What was the situation while you were separated - did you guys agree seeing other people was ok?


----------



## slyr (Oct 10, 2012)

I asked for the separation, which had been impending for a while, she didn't want it. She was seeing some other guys basically to try and get over me, and because I was seeing OW. She was jealous. I was OK with that as I was really done and was going to file for divorce. I decided 19yrs deserved a chance to see. Besides I shouldn't be with someone even if we did wind up divorcing, I wouldn't be healed yet and not good for anyone relationship wise....me either.


----------



## cub!chy (May 7, 2012)

Do you know who your wife, is, truly is, not what you and family or others want her to be? I recently saw a Law&Order episode that blew my mind, upper class couple, husband had no idea who the wife was or all the stuff she was in. I went digging and wow, what i found in mine. Its like she is a new person to me now, as we shared all kinds of stuff, she told me i wouldn't like who she was. I dug and dug until i got it all, all her thoughts and desires. She is way out there, like BDSM, and all kinds of crazy stuff, well, i told her we would do it all together. She loved it and felt relevied, we have gotten so close sinse the, we are 13 years married, with 3 kids under 6. Its not easy, but as long as we are together. I am HD, but vanilla, she is a freak, but i juts found out, does it scare me no, shes my wife and is what it is. This is the kind of stuff that leads ti cheating and loosing each other.

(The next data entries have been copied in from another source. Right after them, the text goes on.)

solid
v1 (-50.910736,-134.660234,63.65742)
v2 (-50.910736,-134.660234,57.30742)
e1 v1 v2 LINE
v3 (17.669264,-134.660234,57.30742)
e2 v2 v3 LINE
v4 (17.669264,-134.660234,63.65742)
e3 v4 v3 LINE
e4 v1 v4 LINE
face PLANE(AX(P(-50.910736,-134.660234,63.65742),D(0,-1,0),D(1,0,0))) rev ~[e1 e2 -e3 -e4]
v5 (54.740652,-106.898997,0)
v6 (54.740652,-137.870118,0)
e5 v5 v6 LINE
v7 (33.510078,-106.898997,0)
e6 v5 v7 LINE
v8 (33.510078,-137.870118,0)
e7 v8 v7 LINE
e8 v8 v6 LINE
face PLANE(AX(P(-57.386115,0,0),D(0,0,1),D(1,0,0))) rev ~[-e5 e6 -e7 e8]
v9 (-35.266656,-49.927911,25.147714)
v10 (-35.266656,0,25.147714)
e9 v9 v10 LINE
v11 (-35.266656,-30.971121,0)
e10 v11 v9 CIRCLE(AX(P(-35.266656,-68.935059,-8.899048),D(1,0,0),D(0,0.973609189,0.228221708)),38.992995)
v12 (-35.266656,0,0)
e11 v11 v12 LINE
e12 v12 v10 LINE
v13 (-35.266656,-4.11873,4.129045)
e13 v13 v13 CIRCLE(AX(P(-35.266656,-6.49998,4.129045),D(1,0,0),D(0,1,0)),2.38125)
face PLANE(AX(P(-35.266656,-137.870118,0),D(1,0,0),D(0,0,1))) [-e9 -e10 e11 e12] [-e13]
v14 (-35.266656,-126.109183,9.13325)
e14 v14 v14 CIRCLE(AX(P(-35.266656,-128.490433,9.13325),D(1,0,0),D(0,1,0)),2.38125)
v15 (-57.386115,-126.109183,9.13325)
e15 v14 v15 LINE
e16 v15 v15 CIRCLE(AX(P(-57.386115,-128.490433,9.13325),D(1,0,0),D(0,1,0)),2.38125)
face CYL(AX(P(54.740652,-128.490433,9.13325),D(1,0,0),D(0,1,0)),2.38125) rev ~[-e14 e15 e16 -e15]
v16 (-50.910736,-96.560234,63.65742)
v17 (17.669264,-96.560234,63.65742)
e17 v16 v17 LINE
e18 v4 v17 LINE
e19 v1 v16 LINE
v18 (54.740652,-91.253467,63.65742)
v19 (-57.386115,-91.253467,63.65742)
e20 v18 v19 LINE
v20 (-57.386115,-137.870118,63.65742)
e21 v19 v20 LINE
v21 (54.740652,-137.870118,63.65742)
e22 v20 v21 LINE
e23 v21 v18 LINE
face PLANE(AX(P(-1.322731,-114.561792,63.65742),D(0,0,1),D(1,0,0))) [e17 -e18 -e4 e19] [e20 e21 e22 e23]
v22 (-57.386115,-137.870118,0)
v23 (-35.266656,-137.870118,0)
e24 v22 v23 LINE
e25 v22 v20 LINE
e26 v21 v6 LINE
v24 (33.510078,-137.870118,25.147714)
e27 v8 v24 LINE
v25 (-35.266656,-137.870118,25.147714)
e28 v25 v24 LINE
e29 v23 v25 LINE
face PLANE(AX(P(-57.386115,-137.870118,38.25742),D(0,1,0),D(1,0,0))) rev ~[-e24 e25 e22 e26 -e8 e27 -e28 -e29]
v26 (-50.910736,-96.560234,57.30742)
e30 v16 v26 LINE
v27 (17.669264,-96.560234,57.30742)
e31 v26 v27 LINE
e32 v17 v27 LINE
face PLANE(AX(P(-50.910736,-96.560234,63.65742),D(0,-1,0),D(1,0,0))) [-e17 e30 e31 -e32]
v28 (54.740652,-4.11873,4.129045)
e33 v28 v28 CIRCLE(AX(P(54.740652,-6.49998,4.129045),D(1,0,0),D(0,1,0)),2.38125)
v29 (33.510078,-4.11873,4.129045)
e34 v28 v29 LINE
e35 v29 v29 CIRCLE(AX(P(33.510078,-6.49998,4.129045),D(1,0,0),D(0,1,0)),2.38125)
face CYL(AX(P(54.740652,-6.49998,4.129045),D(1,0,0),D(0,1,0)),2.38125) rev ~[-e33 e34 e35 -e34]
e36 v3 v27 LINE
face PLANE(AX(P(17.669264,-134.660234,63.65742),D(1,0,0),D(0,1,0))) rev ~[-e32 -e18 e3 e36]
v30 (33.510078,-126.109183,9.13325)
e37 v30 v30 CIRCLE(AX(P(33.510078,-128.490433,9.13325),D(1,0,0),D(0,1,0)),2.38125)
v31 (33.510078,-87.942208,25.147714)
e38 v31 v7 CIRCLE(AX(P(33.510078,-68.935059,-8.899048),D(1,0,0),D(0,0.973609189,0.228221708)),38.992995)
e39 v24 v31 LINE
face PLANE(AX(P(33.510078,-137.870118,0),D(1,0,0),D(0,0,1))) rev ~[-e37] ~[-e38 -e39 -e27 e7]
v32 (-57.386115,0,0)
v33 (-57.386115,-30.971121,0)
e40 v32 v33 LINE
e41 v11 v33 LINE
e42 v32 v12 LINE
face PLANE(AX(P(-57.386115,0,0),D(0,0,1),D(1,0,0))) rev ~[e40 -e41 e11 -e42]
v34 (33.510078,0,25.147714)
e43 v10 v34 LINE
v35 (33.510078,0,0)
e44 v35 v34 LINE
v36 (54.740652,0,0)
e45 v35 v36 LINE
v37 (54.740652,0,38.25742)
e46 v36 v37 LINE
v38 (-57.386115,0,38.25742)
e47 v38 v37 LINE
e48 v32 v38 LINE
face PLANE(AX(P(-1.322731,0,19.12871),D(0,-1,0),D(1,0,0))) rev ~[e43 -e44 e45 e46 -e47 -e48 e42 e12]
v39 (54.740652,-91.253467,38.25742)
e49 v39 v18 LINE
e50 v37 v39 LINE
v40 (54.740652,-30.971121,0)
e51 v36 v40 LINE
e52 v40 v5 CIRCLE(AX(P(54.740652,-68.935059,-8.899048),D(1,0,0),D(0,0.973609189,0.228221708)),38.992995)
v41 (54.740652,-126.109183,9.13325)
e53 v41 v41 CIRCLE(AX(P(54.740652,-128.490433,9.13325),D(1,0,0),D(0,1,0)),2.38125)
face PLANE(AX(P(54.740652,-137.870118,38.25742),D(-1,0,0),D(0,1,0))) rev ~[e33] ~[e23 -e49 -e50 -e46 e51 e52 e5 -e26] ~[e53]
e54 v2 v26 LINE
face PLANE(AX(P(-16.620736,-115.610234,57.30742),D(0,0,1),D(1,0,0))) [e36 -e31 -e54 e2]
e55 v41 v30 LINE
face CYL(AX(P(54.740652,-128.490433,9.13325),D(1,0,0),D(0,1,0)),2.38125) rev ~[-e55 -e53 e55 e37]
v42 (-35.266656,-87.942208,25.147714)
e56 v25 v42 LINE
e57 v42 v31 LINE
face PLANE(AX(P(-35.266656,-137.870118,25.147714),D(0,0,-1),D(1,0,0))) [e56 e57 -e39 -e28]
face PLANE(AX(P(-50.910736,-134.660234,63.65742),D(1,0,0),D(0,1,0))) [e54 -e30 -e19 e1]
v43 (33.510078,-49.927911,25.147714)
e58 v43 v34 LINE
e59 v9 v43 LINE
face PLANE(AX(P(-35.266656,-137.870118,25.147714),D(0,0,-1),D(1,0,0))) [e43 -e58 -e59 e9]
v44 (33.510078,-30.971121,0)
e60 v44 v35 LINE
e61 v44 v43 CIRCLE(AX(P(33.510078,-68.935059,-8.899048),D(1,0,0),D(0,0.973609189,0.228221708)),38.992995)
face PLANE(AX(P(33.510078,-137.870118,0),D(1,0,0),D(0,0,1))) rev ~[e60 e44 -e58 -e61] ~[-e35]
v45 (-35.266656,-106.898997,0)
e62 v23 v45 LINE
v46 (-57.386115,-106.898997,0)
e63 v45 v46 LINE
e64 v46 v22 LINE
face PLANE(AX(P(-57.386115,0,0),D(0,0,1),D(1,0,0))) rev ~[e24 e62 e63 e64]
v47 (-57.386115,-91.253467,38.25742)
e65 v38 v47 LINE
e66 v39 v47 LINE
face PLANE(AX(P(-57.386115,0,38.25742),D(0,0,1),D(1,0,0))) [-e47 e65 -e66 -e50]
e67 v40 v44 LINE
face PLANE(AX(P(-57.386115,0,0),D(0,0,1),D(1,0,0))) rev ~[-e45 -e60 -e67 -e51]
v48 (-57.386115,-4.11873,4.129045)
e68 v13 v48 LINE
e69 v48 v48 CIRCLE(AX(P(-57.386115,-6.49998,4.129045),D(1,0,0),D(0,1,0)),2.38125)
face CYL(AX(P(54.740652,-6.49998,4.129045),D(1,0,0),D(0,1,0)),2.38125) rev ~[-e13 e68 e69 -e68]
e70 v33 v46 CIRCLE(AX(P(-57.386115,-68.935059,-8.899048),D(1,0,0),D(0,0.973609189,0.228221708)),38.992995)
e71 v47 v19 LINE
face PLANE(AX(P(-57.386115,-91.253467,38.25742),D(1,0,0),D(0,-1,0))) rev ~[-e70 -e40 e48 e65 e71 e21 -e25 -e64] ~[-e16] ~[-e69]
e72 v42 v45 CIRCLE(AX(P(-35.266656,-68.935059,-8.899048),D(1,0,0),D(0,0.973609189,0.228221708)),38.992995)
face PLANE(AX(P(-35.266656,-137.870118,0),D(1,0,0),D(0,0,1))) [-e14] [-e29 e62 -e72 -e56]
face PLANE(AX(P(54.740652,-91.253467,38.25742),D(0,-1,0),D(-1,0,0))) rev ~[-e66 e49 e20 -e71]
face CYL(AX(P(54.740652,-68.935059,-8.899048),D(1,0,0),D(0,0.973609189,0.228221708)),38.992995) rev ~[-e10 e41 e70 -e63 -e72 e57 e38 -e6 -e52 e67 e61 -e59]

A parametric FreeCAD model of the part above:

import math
import FreeCAD as App
import Part
import Sketcher
from FreeCAD import Vector
Q = App.Units.Quantity


def add_polygon(sketch, points):
    """Adds a closed chain of lines whose ends are joined by coincident constraints."""
    first, n = sketch.GeometryCount, len(points)
    for a, b in zip(points, points[1:] + points[:1]):
        sketch.addGeometry(Part.LineSegment(App.Vector(*a, 0), App.Vector(*b, 0)), False)
    for i in range(n):
        sketch.addConstraint(Sketcher.Constraint("Coincident", first + i, 2, first + (i + 1) % n, 1))

doc = App.newDocument("Part")
params = doc.addObject("Spreadsheet::Sheet", "Params")
for row, (alias, value) in enumerate([
    ("pad1_length", "137.870118 mm"),
    ("sketch3_diameter", "0.1875 in"),
    ("sketch4_diameter", "0.1875 in"),
    ("pad2_length", "1 in"),
    ("sketch7_width", "2.7 in"),
    ("sketch7_height", "1.5 in"),
    ("pocket5_length", "0.25 in"),
], start=1):
    params.set(f"A{row}", alias)
    params.set(f"B{row}", "=" + value)
    params.setAlias(f"B{row}", alias)

body = doc.addObject("PartDesign::Body", "Body")

# Sketch on XZ plane
sketch1 = body.newObject("Sketcher::SketchObject", "Sketch")
sketch1.AttachmentSupport = (doc.getObject("XZ_Plane"), [""])
sketch1.MapMode = "FlatFace"
add_polygon(sketch1, [(-57.386115, 38.25742), (-57.386115, 0), (54.740652, 0), (54.740652, 38.25742)])  # lines 0-3
sketch1.addConstraint(Sketcher.Constraint("Vertical", 0))
sketch1.addConstraint(Sketcher.Constraint("Horizontal", 1))
sketch1.addConstraint(Sketcher.Constraint("Vertical", 2))
sketch1.addConstraint(Sketcher.Constraint("Horizontal", 3))
sketch1.addConstraint(Sketcher.Constraint("PointOnObject", 0, 2, -1))
sketch1.addConstraint(Sketcher.Constraint("DistanceY", 0, 2, 0, 1, 38.25742))
sketch1.addConstraint(Sketcher.Constraint("DistanceX", 1, 1, 1, 2, 112.126768))
sketch1.addConstraint(Sketcher.Constraint("DistanceX", 0, 2, -1, 1, 57.386115))
pad1 = body.newObject("PartDesign::Pad", "Pad")
pad1.Profile = sketch1
pad1.setExpression("Length", "Params.pad1_length")

# Sketch on XZ plane
sketch2 = body.newObject("Sketcher::SketchObject", "Sketch001")
sketch2.AttachmentSupport = (doc.getObject("XZ_Plane"), [""])
sketch2.MapMode = "FlatFace"
sketch2.AttachmentOffset = App.Placement(Vector(0, 0, 137.870118), App.Rotation())
add_polygon(sketch2, [(-35.266656, 25.147714), (-35.266656, 0), (33.510078, 0), (33.510078, 25.147714)])  # lines 0-3
sketch2.addConstraint(Sketcher.Constraint("Vertical", 0))
sketch2.addConstraint(Sketcher.Constraint("Horizontal", 1))
sketch2.addConstraint(Sketcher.Constraint("Vertical", 2))
sketch2.addConstraint(Sketcher.Constraint("Horizontal", 3))
sketch2.addConstraint(Sketcher.Constraint("PointOnObject", 0, 2, -1))
sketch2.addConstraint(Sketcher.Constraint("DistanceX", 1, 1, 1, 2, 68.776734))
sketch2.addConstraint(Sketcher.Constraint("DistanceY", 0, 2, 0, 1, 25.147714))
sketch2.addConstraint(Sketcher.Constraint("DistanceX", 0, 2, -1, 1, 35.266656))
pocket1 = body.newObject("PartDesign::Pocket", "Pocket")
pocket1.Profile = sketch2
pocket1.Type = "ThroughAll"

# Sketch on YZ plane
sketch3 = body.newObject("Sketcher::SketchObject", "Sketch002")
sketch3.AttachmentSupport = (doc.getObject("YZ_Plane"), [""])
sketch3.MapMode = "FlatFace"
sketch3.AttachmentOffset = App.Placement(Vector(0, 0, 54.740652), App.Rotation())
sketch3.addGeometry(Part.Circle(Vector(-128.490433, 9.13325, 0), Vector(0, 0, 1), 2.38125), False)
sketch3.addConstraint(Sketcher.Constraint("Diameter", 0, Q("0.1875 in")))
sketch3.addConstraint(Sketcher.Constraint("DistanceY", -1, 1, 0, 3, 9.13325))
sketch3.addConstraint(Sketcher.Constraint("DistanceX", 0, 3, -1, 1, 128.490433))
sketch3.setExpression("Constraints[0]", "Params.sketch3_diameter")
pocket2 = body.newObject("PartDesign::Pocket", "Pocket001")
pocket2.Profile = sketch3
pocket2.Type = "ThroughAll"

# Sketch on YZ plane
sketch4 = body.newObject("Sketcher::SketchObject", "Sketch003")
sketch4.AttachmentSupport = (doc.getObject("YZ_Plane"), [""])
sketch4.MapMode = "FlatFace"
sketch4.AttachmentOffset = App.Placement(Vector(0, 0, 54.740652), App.Rotation())
sketch4.addGeometry(Part.Circle(Vector(-6.49998, 4.129045, 0), Vector(0, 0, 1), 2.38125), False)
sketch4.addConstraint(Sketcher.Constraint("Diameter", 0, Q("0.1875 in")))
sketch4.addConstraint(Sketcher.Constraint("DistanceX", 0, 3, -1, 1, 6.49998))
sketch4.addConstraint(Sketcher.Constraint("DistanceY", -1, 1, 0, 3, 4.129045))
sketch4.setExpression("Constraints[0]", "Params.sketch4_diameter")
pocket3 = body.newObject("PartDesign::Pocket", "Pocket002")
pocket3.Profile = sketch4
pocket3.Type = "ThroughAll"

Not only do i love and care for her, but i know who she truly is and we do it all together. Hope this helps your situation some, hang in there, do to your wife what you did with the OW, dress her up, get her drunk, go on dates, open your hearts, the passion si there, find it, 19 years is a-lot to loose for a new vagina!


----------



## Hope1964 (Sep 26, 2011)

So you're done with the marriage, you leave her and take up with OW, your wife gets mad about that and has a revenge relationship, then you decide to get back together. Why do you want to get back together?


----------



## KathyBatesel (Apr 26, 2012)

I'm wondering that too. 

I wrote about the "after all those years" phenomenon in Stay In Love After All Those Years. You may find some of my tips there useful, though I'm not sure how useful they'll be when you aren't giving your loyalty to your wife but instead, to the memory of OW.


----------



## slyr (Oct 10, 2012)

I agree, which is why I'm here at this juncture. We do know each other, better than anyone else, which sometimes I think is the problem. Married young, rebounds, 2 kids, very different but stuck through it, even when her mom was diagnosed w/ terminal lung cancer and she went off the deep end (which is when the affair happened). I'm Mr. Mom, extroverted, emotional, affectionate. She is less affectionate, introverted, not domestic, not in touch with her feelings (although much better since the separation and IC). She had been verbally abusive, unappreciative and didn't respect me. I know it takes 2, I know I played my own part (allowing for things, not sticking up for myself). She agrees with all I have said she did and how she was and has worked on changing some of her ways, which is why I am willing to give it a try. Thanks for your advice.


----------



## slyr (Oct 10, 2012)

Well I wasn't mad about the revenge relationship, it wasn't really a relationship, but sex. I read a lot of statistics. Couples that have rushed into divorce and a lot of them, several years later, wishing they had tried harder and gone to MC. And others who were in my same boat that DID stay and try and came out the other end happier and more fulfilled. AND.... I love her. I just didn't like how she was treating me, behaving. Especially after I took her back after the affair with promises of making it up to me. Granted she had since been to IC and on meds for depression. I psycho-analyze everything, to a fault. Like I said, 19 yrs was too long to just throw away without making sure. And as for keeping a memory of OW, I know I have to let her go completely for it to work, but when you fall for someone and get a feeling you don't remember having, or are just made to feel like you are amazing again, it's like a drug, it feels good. It probably could've been anybody who was giving me what I wasn't getting. I am adult enough to know that THAT feeling would go Bye-Bye eventually as well, honeymoon period. Now that I have given it up for what I believe to be the right thing to do, doesn't mean that you don't go through certain withdrawls, especially if you really cared about them. Just saying it's been hard but I know it's the right decision.


----------



## indiecat (Sep 24, 2012)

You saw the OW a month ago? I've read it takes 3 months min. go get over someone.
Affair sex is hard to forget, but it's a' fantasy' and it would fade into routine sex eventually in most cases if you got together on a permanent basis.
Don't stay with your wife if you don't love her in all ways, you do neither of you any favors by staying if you aren't happy. Maybe give it a year and see how you feel then.


----------



## slyr (Oct 10, 2012)

BTW my wife, at this point, post IC, tells me I did the right thing by leaving as we were arguing and generally not getting along, or happy in front of the kids. 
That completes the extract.